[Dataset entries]
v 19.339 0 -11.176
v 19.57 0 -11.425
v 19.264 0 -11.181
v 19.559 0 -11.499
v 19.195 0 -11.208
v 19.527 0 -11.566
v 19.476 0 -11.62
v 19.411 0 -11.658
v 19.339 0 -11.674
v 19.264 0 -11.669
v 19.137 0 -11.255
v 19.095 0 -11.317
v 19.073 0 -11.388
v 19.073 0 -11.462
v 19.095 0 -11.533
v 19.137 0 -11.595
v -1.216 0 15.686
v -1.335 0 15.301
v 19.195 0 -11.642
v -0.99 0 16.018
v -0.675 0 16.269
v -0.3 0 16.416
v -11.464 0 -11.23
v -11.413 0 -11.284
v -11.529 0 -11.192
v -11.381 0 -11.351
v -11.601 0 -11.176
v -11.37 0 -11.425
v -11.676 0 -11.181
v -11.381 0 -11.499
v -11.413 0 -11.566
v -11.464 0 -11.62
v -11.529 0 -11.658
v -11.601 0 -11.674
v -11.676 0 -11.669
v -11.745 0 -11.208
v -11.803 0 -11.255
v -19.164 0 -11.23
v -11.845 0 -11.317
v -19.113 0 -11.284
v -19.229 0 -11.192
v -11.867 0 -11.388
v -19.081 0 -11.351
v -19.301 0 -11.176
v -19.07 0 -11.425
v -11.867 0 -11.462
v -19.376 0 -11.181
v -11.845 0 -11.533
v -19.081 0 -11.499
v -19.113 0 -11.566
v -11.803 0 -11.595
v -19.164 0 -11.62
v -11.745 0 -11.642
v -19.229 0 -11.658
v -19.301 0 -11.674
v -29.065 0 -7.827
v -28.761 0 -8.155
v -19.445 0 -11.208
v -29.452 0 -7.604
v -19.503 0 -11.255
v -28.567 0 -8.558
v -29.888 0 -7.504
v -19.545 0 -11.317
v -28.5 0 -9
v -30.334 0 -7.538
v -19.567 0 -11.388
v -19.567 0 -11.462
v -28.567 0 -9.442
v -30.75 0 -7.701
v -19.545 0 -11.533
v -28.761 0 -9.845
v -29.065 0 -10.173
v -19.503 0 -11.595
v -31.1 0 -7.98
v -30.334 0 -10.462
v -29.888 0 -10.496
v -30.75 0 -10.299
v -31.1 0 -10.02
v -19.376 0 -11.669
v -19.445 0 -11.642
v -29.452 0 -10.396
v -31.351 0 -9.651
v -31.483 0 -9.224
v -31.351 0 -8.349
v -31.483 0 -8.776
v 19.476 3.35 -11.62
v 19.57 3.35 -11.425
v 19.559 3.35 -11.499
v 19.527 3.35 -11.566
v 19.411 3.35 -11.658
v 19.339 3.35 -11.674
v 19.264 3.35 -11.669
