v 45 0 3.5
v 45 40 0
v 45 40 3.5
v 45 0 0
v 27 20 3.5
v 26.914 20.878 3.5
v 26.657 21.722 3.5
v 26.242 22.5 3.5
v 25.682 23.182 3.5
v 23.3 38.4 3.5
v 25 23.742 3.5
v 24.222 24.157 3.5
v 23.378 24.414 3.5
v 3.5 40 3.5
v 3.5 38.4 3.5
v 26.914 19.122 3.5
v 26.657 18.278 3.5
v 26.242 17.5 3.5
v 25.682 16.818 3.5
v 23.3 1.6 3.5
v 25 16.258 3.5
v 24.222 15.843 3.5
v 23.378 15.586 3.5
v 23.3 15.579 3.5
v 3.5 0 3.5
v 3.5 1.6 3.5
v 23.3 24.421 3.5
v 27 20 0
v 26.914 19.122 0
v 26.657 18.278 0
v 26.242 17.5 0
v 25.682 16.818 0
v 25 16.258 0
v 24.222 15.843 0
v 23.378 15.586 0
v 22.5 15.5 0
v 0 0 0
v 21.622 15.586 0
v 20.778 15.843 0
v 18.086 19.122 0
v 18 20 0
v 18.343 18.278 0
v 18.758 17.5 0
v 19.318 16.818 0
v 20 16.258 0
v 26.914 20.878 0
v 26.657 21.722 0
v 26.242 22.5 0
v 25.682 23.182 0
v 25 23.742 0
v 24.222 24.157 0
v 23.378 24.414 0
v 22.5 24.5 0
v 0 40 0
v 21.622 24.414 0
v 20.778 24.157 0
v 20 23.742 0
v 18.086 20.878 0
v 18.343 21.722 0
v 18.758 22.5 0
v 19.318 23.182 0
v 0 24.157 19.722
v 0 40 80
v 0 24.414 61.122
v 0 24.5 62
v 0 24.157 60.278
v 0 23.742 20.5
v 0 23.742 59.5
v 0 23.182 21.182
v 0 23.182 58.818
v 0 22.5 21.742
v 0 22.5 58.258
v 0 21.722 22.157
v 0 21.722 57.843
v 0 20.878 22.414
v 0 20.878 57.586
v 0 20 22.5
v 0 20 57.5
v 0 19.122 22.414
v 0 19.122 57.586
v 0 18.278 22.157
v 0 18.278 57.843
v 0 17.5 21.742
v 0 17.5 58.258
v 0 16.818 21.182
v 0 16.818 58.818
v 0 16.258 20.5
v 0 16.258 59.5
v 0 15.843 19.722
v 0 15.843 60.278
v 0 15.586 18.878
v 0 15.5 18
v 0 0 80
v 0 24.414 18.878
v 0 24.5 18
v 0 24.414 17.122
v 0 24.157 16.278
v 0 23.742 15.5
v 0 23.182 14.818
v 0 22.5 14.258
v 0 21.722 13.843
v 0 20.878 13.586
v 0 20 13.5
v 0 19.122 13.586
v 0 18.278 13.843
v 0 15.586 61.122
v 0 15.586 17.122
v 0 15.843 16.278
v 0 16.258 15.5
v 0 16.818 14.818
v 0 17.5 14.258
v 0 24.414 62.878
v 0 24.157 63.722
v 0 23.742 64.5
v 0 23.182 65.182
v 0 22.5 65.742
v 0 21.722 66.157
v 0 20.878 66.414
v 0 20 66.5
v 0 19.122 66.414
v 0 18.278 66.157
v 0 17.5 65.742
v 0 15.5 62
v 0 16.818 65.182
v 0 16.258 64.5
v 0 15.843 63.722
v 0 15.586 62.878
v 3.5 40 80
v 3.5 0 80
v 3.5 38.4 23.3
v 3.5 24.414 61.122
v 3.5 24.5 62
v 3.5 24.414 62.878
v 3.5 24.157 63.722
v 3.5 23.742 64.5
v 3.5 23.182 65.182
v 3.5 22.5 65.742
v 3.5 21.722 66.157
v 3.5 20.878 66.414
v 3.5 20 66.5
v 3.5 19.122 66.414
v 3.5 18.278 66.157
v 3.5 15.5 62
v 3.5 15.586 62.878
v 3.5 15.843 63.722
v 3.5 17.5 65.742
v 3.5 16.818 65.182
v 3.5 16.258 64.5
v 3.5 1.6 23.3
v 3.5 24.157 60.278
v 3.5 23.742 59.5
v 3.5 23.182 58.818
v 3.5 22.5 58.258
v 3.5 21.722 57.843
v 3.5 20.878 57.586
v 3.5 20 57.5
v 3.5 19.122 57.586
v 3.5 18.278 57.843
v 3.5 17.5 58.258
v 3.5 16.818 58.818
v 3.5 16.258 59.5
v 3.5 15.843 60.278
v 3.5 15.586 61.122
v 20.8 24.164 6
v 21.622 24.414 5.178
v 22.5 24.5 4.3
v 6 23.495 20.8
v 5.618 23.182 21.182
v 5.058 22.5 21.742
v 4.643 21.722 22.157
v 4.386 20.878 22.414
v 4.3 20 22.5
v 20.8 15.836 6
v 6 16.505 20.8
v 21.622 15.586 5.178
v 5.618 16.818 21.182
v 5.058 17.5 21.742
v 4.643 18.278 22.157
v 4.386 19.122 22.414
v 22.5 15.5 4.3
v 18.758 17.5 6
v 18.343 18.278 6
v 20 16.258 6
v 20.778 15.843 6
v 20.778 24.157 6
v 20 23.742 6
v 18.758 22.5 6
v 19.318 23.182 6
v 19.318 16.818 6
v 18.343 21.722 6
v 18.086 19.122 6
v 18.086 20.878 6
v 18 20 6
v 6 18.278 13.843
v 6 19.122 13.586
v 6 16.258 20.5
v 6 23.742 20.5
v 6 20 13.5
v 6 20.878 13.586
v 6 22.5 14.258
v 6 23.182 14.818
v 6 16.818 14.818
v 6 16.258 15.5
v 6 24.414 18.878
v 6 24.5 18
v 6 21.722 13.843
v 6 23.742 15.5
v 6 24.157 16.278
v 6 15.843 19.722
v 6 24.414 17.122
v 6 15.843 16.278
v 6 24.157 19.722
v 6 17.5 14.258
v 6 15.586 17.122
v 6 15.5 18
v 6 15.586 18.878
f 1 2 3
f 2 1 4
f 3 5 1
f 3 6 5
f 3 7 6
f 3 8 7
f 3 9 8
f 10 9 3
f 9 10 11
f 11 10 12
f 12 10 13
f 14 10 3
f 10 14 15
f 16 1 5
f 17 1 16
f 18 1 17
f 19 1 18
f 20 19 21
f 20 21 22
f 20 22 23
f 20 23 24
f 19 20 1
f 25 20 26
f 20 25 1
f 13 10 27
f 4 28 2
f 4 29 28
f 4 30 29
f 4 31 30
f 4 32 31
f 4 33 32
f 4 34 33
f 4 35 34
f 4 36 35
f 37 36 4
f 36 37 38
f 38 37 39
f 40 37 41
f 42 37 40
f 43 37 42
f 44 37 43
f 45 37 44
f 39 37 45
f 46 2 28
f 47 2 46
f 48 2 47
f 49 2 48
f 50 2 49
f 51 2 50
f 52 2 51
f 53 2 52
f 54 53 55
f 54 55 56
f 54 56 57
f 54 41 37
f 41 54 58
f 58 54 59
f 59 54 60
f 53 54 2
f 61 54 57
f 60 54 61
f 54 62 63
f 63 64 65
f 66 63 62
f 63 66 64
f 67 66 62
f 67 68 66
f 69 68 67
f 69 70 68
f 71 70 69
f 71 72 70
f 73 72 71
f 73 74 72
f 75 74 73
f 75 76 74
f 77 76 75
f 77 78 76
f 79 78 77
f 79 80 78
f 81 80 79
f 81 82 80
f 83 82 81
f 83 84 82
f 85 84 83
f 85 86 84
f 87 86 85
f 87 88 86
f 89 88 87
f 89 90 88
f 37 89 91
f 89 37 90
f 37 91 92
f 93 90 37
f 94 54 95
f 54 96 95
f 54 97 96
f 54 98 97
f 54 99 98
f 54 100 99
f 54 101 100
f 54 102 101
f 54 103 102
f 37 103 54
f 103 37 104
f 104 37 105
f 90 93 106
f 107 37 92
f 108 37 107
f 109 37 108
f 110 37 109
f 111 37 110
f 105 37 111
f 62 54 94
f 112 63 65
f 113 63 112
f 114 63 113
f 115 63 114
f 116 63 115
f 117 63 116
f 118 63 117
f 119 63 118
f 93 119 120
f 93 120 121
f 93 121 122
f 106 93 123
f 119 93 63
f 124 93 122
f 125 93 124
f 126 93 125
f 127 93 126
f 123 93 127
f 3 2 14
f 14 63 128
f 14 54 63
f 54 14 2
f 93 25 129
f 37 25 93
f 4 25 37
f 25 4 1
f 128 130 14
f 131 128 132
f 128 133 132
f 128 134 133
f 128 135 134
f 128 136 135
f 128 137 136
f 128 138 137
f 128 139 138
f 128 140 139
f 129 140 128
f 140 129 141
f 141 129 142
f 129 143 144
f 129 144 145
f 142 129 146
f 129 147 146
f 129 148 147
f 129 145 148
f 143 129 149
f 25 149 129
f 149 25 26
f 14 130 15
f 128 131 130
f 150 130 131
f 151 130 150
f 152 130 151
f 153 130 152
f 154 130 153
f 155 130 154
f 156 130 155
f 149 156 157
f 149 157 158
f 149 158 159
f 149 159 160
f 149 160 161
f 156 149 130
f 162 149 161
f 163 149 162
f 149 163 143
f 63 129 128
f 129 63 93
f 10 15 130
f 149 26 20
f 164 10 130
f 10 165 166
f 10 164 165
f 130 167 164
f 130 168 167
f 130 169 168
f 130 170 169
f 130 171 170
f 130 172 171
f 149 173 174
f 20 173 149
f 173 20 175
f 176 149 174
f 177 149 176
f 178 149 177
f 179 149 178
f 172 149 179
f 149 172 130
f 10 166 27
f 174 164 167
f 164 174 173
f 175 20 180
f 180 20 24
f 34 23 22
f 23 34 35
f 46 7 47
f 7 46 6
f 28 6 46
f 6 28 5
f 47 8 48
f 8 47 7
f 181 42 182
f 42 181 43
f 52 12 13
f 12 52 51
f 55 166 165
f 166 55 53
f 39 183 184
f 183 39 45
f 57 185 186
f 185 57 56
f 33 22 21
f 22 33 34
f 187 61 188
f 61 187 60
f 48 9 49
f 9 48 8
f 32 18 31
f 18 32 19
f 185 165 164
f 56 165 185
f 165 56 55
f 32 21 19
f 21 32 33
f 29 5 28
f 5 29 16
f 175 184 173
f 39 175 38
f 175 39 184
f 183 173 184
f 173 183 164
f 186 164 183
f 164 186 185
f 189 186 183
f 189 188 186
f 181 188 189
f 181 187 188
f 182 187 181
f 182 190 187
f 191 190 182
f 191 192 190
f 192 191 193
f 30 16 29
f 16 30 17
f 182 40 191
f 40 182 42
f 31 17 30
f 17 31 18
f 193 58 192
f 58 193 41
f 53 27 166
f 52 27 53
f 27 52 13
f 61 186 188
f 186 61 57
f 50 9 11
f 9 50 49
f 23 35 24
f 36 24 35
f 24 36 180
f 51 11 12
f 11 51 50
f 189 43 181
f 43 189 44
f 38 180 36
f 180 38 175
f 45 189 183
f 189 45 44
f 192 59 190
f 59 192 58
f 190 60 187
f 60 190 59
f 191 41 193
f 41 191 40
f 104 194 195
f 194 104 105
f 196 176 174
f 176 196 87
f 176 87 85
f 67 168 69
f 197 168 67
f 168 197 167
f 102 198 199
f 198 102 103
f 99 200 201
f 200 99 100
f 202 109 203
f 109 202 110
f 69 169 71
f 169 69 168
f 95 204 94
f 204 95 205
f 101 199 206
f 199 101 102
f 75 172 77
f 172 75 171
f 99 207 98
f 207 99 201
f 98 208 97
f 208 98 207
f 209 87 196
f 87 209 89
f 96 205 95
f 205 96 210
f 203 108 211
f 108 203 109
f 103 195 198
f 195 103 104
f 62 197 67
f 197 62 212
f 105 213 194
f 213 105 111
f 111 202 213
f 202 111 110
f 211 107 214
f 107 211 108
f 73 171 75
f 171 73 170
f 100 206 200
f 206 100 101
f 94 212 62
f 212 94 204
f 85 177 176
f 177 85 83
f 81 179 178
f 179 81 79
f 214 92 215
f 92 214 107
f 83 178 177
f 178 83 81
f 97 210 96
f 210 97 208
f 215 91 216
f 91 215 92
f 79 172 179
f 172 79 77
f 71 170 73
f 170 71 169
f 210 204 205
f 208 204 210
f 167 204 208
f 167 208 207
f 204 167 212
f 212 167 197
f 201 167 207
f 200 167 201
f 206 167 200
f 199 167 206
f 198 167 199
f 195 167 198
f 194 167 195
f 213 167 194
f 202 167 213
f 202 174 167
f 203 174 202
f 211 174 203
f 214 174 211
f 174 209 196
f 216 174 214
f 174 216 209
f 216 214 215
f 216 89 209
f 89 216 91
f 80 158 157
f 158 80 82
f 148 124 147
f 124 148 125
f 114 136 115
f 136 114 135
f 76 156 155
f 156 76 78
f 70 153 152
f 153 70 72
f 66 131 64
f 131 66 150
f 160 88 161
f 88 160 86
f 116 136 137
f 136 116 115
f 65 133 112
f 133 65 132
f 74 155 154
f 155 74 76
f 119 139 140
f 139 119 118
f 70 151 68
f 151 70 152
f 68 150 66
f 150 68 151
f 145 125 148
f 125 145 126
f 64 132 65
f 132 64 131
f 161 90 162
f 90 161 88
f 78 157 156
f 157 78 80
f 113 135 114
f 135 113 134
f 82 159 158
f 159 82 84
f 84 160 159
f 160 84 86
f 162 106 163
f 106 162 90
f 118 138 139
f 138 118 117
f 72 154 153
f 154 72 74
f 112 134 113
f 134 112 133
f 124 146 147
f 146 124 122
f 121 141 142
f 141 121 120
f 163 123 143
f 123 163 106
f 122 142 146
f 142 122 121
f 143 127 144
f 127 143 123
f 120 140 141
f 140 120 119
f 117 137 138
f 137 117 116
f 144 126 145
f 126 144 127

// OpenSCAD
$fn = 32;

// ----------------------------------------------------------------------
// L-bracket: 45 x 40 x 80 mm
// ----------------------------------------------------------------------

// --- parameters (mm) ---
arm_x = 45;               // horizontal leg, X
arm_z = 80;               // vertical leg, Z
width = 40;               // bracket depth, Y
wall = 3.5;               // plate thickness
hole_d = 9;               // clearance for M8
rib_leg = 25.2;           // gusset leg
rib_sink = 1.6;           // gusset overlap into the plates

module hole_z(px, py) {
  translate([px, py, -2.5]) cylinder(h = wall + 5, d = hole_d);
}
module hole_x(pz, py) {
  translate([-2.5, py, pz]) rotate([0, 90, 0]) cylinder(h = wall + 5, d = hole_d);
}
module gusset() {
  translate([0, width - rib_sink, 0])
    rotate([90, 0, 0])
      linear_extrude(height = width - 2 * rib_sink)
        polygon(points = [[rib_sink, rib_sink], [rib_leg, rib_sink], [rib_sink, rib_leg]]);
}

difference() {
  union() {
    /* horizontal leg */
    cube([arm_x, width, wall]);
    /* vertical leg, overlapping the corner block */
    cube([wall, width, arm_z]);
    gusset();
  }
  hole_z(22.5, 20);
  hole_x(18, 20);
  hole_x(62, 20);
}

## YOUR INSTRUCTIONS
Write out exactly the lines that fall from the line with "f 197 168 67" to the line with "f 73 171 75" in the records above, keeping both ends.

## RESPONSE AREA
f 197 168 67
f 168 197 167
f 102 198 199
f 198 102 103
f 99 200 201
f 200 99 100
f 202 109 203
f 109 202 110
f 69 169 71
f 169 69 168
f 95 204 94
f 204 95 205
f 101 199 206
f 199 101 102
f 75 172 77
f 172 75 171
f 99 207 98
f 207 99 201
f 98 208 97
f 208 98 207
f 209 87 196
f 87 209 89
f 96 205 95
f 205 96 210
f 203 108 211
f 108 203 109
f 103 195 198
f 195 103 104
f 62 197 67
f 197 62 212
f 105 213 194
f 213 105 111
f 111 202 213
f 202 111 110
f 211 107 214
f 107 211 108
f 73 171 75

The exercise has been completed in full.